Supervision with the student in focus

Supervision is a dialogue-based communication process in which the student is in focus. Dialogue and listening form the point of departure, and none of the parties involved should be overly insistent or dominating. Your most important role as a supervisor is to establish an atmosphere of trust and hope as the basis for supervision, helping the student to develop the ability to independently deal with obstacles occurring on the path leading towards their goals.

The most important aspect of supervision is cooperation

The supervision process is based on cooperation between the supervisor and the student. Your role as a supervisor is to monitor how the student gains understanding and to increase your insight into the student’s situation by identifying specific objectives, as well as helping to draw up a suitable plan for the process. In the supervision process, it is vital that opinions, ideas, perspectives and experiences are articulated and critically assessed jointly by the supervisor and the student.

Supervision can involve various methods depending on the student’s needs:

  • Product supervision is based on something produced by the student which has to be discussed with the supervisor, with the supervisor giving feedback. This type of supervision focuses on a specific issue and is initiated by the student.
  • Ad hoc supervision is used when a problem arises in the student’s work which requires urgent supervision. This type of supervision also focuses on a specific issue and is initiated by the student.
  • Process supervision is used to get students to develop their thoughts on a topic while they are writing. Process supervision therefore contradicts the idea that the student should only write down finished ideas.

The supervisor’s most important tool? Questions

Your questions should be open-ended to prevent your supervision feeling like an interrogation. In this way you can give the student the chance to see things from a different perspective and to discover patterns and connections between different aspects. Supervisors can achieve a better result by choosing to ask questions which challenge the student, but you should be aware that the student might switch off if the pressure becomes too great.

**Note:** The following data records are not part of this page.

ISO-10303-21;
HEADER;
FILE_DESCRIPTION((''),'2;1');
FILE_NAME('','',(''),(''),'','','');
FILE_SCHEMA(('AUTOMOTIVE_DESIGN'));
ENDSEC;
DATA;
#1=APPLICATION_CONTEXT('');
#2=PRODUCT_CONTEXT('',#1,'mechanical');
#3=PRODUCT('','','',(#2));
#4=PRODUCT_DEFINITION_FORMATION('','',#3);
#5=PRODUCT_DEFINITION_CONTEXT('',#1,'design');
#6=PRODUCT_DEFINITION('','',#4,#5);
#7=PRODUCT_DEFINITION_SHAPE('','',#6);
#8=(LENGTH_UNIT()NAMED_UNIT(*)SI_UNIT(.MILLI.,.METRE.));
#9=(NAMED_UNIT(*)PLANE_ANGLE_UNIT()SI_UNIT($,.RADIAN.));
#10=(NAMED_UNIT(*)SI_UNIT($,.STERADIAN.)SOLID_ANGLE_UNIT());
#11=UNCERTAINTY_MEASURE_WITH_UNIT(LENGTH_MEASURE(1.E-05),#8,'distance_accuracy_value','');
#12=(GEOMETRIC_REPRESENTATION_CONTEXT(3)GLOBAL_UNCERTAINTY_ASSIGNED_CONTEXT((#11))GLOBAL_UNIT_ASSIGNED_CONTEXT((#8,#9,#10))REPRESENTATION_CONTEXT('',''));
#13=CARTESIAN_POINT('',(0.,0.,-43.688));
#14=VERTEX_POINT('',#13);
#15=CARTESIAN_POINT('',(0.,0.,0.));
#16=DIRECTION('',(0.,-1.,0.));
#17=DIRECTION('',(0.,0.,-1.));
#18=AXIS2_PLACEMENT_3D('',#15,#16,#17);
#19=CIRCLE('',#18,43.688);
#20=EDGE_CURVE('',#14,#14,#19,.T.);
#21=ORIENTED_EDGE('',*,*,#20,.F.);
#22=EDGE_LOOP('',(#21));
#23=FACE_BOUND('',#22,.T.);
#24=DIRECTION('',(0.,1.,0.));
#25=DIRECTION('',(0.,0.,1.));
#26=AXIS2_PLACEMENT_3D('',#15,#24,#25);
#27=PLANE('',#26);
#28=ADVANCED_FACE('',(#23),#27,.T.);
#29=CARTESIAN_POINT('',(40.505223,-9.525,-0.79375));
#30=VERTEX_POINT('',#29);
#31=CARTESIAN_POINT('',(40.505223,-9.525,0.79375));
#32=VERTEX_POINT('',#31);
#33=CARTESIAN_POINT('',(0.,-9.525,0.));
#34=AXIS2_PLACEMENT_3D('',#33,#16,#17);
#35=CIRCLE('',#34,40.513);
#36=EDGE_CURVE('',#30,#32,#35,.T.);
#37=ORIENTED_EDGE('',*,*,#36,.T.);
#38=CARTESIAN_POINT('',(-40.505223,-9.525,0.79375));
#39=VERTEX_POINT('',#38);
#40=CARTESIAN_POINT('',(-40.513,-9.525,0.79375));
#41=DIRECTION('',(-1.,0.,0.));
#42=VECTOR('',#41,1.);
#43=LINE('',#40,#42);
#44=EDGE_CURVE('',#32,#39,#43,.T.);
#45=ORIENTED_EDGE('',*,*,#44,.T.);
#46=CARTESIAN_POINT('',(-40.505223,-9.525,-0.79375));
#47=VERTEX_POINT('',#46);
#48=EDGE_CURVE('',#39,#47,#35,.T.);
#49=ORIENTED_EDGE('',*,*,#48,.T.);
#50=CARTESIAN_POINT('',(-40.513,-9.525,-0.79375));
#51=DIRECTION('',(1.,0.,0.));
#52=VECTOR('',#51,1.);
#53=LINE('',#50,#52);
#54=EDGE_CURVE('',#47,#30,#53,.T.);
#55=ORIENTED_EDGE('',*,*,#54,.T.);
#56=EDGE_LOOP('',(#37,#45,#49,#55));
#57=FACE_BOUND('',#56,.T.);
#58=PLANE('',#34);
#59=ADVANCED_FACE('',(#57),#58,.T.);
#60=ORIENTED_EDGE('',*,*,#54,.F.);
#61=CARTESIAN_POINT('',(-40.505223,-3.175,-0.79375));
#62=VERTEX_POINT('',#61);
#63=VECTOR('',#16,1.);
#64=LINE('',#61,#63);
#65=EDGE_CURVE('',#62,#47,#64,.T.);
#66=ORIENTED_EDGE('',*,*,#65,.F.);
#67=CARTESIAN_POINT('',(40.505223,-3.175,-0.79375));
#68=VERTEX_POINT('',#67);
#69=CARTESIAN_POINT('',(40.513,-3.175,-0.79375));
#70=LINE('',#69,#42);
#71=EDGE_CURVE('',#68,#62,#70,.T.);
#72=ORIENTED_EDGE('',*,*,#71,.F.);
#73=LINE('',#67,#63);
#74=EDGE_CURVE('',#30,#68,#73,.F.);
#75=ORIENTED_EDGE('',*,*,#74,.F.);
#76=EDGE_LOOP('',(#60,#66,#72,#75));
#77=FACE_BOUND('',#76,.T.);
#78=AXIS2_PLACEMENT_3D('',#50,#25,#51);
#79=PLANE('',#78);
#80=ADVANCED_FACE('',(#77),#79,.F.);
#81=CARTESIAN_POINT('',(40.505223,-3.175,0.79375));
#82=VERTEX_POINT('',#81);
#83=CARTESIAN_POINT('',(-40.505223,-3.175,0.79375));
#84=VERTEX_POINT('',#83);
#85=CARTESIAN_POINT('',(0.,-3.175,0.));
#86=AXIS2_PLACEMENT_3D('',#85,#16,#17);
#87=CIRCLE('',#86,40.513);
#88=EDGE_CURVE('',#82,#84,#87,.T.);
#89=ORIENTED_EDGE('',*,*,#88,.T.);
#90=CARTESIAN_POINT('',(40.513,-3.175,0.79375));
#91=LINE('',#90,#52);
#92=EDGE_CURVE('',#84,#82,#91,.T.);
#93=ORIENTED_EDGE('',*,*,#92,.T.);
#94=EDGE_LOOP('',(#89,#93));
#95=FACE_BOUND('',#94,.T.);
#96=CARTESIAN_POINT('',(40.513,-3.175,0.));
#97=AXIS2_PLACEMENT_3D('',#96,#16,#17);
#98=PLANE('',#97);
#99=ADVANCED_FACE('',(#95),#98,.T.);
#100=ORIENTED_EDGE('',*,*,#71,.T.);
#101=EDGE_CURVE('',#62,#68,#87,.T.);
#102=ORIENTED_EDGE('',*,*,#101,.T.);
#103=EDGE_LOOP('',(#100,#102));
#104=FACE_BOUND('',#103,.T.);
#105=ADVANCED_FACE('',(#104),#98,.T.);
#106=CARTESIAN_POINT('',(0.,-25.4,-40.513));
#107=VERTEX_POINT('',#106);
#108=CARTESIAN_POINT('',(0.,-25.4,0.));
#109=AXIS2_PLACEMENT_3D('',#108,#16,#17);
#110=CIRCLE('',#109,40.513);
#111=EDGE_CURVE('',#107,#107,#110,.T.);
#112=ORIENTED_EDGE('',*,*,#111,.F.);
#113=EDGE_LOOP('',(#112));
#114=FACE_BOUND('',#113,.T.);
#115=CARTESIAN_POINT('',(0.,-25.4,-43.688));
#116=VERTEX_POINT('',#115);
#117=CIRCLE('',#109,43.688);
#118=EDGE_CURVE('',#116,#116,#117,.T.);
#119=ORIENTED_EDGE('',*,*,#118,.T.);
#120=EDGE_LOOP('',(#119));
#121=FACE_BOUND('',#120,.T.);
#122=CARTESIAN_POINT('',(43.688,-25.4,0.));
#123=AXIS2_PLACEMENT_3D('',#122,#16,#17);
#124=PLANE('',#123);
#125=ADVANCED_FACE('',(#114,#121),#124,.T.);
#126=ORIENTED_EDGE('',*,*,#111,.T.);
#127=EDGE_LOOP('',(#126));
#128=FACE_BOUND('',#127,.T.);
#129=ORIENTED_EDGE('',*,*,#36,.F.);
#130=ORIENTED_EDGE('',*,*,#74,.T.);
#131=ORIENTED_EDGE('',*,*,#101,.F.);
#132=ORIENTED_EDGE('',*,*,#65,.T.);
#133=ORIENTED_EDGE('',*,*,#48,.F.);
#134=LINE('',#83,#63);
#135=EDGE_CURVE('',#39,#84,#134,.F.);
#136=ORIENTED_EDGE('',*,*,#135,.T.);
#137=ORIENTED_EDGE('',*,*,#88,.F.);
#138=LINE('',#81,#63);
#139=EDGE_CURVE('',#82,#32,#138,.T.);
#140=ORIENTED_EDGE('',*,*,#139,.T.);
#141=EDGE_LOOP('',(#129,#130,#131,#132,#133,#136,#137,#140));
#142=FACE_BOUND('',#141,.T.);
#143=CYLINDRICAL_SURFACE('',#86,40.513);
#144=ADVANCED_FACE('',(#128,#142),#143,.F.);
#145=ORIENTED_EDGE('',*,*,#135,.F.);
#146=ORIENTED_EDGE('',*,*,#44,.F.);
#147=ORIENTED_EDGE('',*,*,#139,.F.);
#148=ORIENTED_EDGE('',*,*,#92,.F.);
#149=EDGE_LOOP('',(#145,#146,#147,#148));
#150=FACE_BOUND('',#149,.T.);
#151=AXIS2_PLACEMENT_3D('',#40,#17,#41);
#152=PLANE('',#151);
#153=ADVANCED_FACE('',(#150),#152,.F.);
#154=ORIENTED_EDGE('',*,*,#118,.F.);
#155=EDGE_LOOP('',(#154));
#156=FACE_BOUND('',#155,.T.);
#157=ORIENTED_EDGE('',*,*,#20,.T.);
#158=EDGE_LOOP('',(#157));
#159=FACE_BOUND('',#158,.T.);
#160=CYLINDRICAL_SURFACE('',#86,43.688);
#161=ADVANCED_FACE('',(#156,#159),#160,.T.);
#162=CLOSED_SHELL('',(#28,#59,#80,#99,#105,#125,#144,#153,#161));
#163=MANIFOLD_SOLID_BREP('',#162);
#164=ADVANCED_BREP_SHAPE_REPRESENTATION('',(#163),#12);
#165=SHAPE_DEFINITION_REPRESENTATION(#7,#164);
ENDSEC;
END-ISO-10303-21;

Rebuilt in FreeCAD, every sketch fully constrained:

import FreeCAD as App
import Part
import Sketcher
from FreeCAD import Vector
Q = App.Units.Quantity

doc = App.newDocument("Part")
body = doc.addObject("PartDesign::Body", "Body")

sketch1 = doc.addObject("Sketcher::SketchObject", "Sketch")
body.addObject(sketch1)
sketch1.AttachmentSupport = (doc.XY_Plane, [""])
sketch1.MapMode = "FlatFace"
sketch1.addGeometry([
    Part.LineSegment(Vector(43.688, 0, 0), Vector(0, 0, 0)),
    Part.LineSegment(Vector(0, 0, 0), Vector(0, -3.175, 0)),
    Part.LineSegment(Vector(0, -3.175, 0), Vector(40.513, -3.175, 0)),
    Part.LineSegment(Vector(40.513, -3.175, 0), Vector(40.513, -25.4, 0)),
    Part.LineSegment(Vector(40.513, -25.4, 0), Vector(43.688, -25.4, 0)),
    Part.LineSegment(Vector(43.688, -25.4, 0), Vector(43.688, 0, 0)),
], False)
sketch1.addConstraint([
    Sketcher.Constraint("Coincident", 0, 2, 1, 1),
    Sketcher.Constraint("Coincident", 1, 2, 2, 1),
    Sketcher.Constraint("Coincident", 2, 2, 3, 1),
    Sketcher.Constraint("Coincident", 3, 2, 4, 1),
    Sketcher.Constraint("Coincident", 4, 2, 5, 1),
    Sketcher.Constraint("Coincident", 5, 2, 0, 1),
    Sketcher.Constraint("Horizontal", 0),
    Sketcher.Constraint("Vertical", 1),
    Sketcher.Constraint("Horizontal", 2),
    Sketcher.Constraint("Vertical", 3),
    Sketcher.Constraint("Horizontal", 4),
    Sketcher.Constraint("Vertical", 5),
    Sketcher.Constraint("Coincident", 0, 2, -1, 1),
    Sketcher.Constraint("Equal", 4, 1),
    Sketcher.Constraint("DistanceY", 5, 1, 5, 2, Q("1 in")),
    Sketcher.Constraint("DistanceX", 0, 2, 0, 1, Q("1.72 in")),
    Sketcher.Constraint("DistanceX", 2, 1, 2, 2, Q("1.595 in")),
])
revolution = doc.addObject("PartDesign::Revolution", "Revolution")
body.addObject(revolution)
revolution.Profile = sketch1
revolution.ReferenceAxis = (sketch1, ["V_Axis"])
revolution.Angle = 360

sketch2 = doc.addObject("Sketcher::SketchObject", "Sketch001")
body.addObject(sketch2)
sketch2.AttachmentSupport = (doc.XZ_Plane, [""])
sketch2.MapMode = "FlatFace"
sketch2.AttachmentOffset = App.Placement(Vector(0, 0, 0.125 * 25.4), App.Rotation())
sketch2.addGeometry([
    Part.LineSegment(Vector(-40.513, 0.79375, 0), Vector(-40.513, -0.79375, 0)),
    Part.LineSegment(Vector(-40.513, -0.79375, 0), Vector(40.513, -0.79375, 0)),
    Part.LineSegment(Vector(40.513, -0.79375, 0), Vector(40.513, 0.79375, 0)),
    Part.LineSegment(Vector(40.513, 0.79375, 0), Vector(-40.513, 0.79375, 0)),
], False)
sketch2.addConstraint([
    Sketcher.Constraint("Coincident", 0, 2, 1, 1),
    Sketcher.Constraint("Coincident", 1, 2, 2, 1),
    Sketcher.Constraint("Coincident", 2, 2, 3, 1),
    Sketcher.Constraint("Coincident", 3, 2, 0, 1),
    Sketcher.Constraint("Vertical", 0),
    Sketcher.Constraint("Horizontal", 1),
    Sketcher.Constraint("Vertical", 2),
    Sketcher.Constraint("Horizontal", 3),
    Sketcher.Constraint("Symmetric", 0, 2, 2, 2, -1, 1),
    Sketcher.Constraint("DistanceX", 1, 1, 1, 2, Q("3.19 in")),
    Sketcher.Constraint("DistanceY", 0, 2, 0, 1, Q("0.0625 in")),
])
pad1 = doc.addObject("PartDesign::Pad", "Pad")
body.addObject(pad1)
pad1.Profile = sketch2
pad1.Length = Q("0.25 in")

doc.recompute()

The act of listening is often very important for teachers because it creates contact and often forms the foundation for giving the student the energy needed to solve problems.    


Teachers should ask themselves the following questions:

  • Which questions will encourage the student to reflect on their actions most profoundly?
  • How can I create a secure but challenging framework for the student?
  • How much should I challenge the student during the supervision? 
  • Which type of supervision will be most beneficial for the student?
  • What is the goal of each supervision session?
  • How can I structure my supervision as well as possible?
  • At what points in the student’s writing process should the supervision occur?
  • What is my role in each supervision session?

Further Readings

  • Peavy, V. (2012). Konstruktivistisk vejledning - Teori og metode.

  • Løw. O. (2010). Pædagogisk vejledning. Facilitering af læring i pædagogiske kontekster.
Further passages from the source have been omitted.